5th Governor of Albemarle Sound
- In office 1675–1676
- Preceded by: John Jenkins
- Succeeded by: John Jenkins

Personal details
- Died: January 1678 Jamestown, Virginia
- Spouse: Name unknown (married in 1677)
- Occupation: surveyor general and governor of Albemarle County

= Thomas Eastchurch =

Governor of Albemarie, North Carolina, between 1675 and 1676

Thomas Eastchurch (? - January, 1678) was governor of Albemarle County, North Carolina between 1675 and 1676. During his time in office, he imprisoned the former governor John Jenkins for various offenses. Jenkins was later released from prison with the aid of his supporters and reclaimed his position as governor in the spring of 1676. After Eastchurch explained the situation in London to the Lords Proprietors, they reappointed him as governor. In 1677, he left London to celebrate his honeymoon in Nevis Island. During his absence, his fellow proprietary Thomas Miller acted as governor. Miller's crimes created a revolt and Eastchurch, upon return to Albemarle, was unable to help the government recover. In addition, the Anti-Proprietors' leaders decided to send an army to the northern part of the Albemarle County to prevent the new governor from accessing Albemarle. Although Eastchurch sought aid to invade the county, he never got it. He did not return to the government of Albemarle until after the spring of 1676.

== Biography ==

=== Early years ===
Many details about Eastchurch's childhood are largely unknown. A description provided by Lords Proprietors stated that Eastchurch was raised in a very wealthy family. In October 1669 he worked as surveyor general of Albemarle County (although he aspired to be Governor of Albemarle County). An influential relative of Eastchurch, Thomas Clifford, recommended Eastchurch to the Lords Proprietors for the government of Albemarle.
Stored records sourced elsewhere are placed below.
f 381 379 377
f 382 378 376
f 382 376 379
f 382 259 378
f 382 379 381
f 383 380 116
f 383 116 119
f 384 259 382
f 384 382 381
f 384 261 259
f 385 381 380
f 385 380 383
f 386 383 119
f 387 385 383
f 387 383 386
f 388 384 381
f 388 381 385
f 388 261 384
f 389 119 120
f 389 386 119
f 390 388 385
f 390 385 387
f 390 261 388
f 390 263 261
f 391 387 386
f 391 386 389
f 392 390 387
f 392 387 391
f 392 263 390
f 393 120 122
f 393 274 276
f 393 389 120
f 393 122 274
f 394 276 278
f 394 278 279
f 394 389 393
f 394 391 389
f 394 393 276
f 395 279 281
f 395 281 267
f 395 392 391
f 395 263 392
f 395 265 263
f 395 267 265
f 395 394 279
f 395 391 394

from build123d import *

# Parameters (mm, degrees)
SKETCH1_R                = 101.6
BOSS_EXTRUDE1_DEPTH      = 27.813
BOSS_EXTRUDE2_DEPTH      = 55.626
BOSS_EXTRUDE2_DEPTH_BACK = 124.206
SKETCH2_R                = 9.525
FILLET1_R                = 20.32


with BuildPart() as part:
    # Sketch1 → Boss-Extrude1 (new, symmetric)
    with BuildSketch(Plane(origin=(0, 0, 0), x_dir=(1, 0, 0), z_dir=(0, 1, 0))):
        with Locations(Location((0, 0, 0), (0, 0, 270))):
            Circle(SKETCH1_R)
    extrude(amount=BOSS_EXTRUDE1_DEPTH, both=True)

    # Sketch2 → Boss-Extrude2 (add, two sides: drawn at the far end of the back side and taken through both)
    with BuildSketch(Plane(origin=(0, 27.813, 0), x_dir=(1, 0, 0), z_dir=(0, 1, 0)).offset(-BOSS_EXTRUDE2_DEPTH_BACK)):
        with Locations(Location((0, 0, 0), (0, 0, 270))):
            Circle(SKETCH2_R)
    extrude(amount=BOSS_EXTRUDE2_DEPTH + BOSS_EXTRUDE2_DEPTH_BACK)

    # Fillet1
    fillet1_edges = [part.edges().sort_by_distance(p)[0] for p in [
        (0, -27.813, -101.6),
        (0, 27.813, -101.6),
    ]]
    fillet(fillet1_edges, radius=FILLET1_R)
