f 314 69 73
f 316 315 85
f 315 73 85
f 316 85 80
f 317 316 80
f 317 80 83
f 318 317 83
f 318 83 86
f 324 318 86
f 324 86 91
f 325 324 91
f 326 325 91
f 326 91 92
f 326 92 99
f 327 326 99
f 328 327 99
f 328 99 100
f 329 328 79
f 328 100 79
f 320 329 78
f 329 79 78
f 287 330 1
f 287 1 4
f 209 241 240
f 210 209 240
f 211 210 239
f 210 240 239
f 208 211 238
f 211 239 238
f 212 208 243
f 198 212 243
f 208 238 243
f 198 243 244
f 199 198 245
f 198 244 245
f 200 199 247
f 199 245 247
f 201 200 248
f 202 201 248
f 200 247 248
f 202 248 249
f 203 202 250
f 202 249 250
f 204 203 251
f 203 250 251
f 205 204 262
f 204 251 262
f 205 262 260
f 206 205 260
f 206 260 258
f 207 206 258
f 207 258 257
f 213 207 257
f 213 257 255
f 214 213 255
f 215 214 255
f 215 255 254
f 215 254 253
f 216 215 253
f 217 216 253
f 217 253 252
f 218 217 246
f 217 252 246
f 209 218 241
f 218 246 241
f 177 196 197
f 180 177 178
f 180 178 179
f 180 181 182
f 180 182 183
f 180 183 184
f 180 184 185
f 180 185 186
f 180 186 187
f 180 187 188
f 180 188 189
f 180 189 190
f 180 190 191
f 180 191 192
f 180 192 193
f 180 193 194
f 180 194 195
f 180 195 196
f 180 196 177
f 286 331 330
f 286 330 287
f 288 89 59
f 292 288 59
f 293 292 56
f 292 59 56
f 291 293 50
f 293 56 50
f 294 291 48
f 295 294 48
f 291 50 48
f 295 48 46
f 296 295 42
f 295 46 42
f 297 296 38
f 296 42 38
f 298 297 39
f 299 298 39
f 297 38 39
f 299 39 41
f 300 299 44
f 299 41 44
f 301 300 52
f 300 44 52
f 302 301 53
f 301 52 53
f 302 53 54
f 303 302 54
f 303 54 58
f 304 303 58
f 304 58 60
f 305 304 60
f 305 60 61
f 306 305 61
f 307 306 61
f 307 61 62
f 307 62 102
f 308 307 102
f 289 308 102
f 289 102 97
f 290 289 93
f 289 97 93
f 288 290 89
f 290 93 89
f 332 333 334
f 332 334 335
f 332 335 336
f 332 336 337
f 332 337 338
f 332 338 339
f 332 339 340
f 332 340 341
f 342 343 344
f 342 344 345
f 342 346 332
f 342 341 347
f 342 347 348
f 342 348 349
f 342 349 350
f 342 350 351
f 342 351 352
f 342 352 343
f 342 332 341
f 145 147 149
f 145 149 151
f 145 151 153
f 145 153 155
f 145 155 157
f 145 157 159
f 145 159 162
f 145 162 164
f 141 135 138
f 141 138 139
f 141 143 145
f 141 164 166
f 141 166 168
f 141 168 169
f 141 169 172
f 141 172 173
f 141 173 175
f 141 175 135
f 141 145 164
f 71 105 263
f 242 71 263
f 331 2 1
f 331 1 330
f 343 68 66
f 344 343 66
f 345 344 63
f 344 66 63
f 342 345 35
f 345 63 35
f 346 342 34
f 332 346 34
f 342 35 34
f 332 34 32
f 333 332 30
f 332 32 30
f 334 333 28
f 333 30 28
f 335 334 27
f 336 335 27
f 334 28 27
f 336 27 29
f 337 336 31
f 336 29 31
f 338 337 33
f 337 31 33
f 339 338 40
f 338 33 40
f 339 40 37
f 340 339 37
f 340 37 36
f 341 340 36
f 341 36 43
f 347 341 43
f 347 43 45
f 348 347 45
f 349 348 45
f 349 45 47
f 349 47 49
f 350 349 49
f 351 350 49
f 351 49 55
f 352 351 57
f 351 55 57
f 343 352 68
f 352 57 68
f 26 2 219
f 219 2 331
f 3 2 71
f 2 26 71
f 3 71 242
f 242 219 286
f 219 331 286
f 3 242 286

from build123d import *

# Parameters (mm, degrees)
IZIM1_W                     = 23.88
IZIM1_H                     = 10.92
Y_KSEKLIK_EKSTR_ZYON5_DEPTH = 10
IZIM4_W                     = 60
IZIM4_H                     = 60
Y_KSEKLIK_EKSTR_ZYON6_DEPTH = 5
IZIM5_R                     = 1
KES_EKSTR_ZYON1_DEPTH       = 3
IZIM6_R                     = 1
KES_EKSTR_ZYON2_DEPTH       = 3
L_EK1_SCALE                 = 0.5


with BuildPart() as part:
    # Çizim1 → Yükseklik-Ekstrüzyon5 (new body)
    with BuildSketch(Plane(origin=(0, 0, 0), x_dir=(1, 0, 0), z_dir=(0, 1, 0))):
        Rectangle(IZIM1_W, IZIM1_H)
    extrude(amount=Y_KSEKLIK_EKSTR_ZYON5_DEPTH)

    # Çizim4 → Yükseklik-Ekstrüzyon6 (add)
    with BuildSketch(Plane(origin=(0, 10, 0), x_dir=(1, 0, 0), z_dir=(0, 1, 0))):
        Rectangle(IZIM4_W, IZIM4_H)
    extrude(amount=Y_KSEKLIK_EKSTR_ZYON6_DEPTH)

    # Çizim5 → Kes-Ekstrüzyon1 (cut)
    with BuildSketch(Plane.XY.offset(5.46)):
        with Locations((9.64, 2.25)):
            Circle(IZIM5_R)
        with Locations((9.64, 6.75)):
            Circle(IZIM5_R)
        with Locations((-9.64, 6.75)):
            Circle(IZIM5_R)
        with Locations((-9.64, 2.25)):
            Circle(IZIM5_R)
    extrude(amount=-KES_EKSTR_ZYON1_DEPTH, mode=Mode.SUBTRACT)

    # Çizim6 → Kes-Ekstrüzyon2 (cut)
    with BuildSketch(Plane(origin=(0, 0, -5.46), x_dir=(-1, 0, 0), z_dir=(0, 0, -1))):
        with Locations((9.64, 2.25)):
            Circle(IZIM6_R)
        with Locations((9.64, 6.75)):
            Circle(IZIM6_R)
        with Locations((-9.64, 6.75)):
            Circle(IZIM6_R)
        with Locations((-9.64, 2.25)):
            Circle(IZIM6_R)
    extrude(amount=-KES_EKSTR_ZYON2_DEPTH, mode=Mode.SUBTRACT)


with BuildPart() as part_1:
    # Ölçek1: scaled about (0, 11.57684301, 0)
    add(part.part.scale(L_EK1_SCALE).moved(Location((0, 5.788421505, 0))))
=== Governor of Albemarle ===
In the September 1675 Albemarle County elections, the faction of Eastchurch was elected to govern the General Assembly of North Carolina. Eastchurch was appointed governor and Speaker of the Assembly. However, he only used this last title, never that of governor. In fall 1675, after beginning his government, Eastchurch imprisoned Jenkins for various offences. However, in the spring of 1676, supporters of Jenkins helped him to get out from prison and return the charge of governor of the region. Eastchurch travelled to London, together to his fellow proprietary Thomas Miller, in order "to appeal to the Lords Proprietors".

Eastchurch's achievement convinced the Lords Proprietors that the problems in Albemarle were caused by the leaders of the anti-proprietary faction. The proprietors decided to appoint Eastchurch as governor of the region, as well as of the rivers Pamplico and News, while Miller become a council member, secretary, and customs collector.

=== Revolt and difficulties to access to government ===
In the summer of 1677, Eastchurch and Miller left London and embarked to Albemarle. However, they stopped temporarily in the Nevis Island, where Eastchurch met and married a rich heiress. Eastchurch decided to go on a honeymoon with her, staying on the island longer. While away, he appointed Miller as Interim Governor and President of the Executive Council of Albemarle. However, after the beginning of his administration in Albemarle, Miller was imprisoned because of crimes he apparently committed in the region and the riots that these crimes instigated.

Although Eastchurch arrived in Virginia in December 1678, he could not occupy the governor's charge of Albemarle because a revolt was developing there. Eastchurch demanded several things: the resignation of the colonists to their guns, release of prisoners from prison, restoration of Miller's government, and the formation of a delegation with the aim to visit Virginia to learn and explain the origin of the revolt.

Eastchurch's demands were rejected, but Eastchurch was able to halt the advancement of the trial against Miller. Anti-Proprietors leaders decided to send an army to the northern part of Albemarle County with the intent of preventing the new governor from entering Albemarle. Eastchurch decided to invade Albemarle County, and wanted to form an army in the Virginia colony. He sought help from Virginia Governor William Berkeley to assemble the troops, but Berkeley refused to accept the invasion and Eastchurch was never able to invade the county. Eastchurch died of fever in January 1678, in Jamestown, Virginia.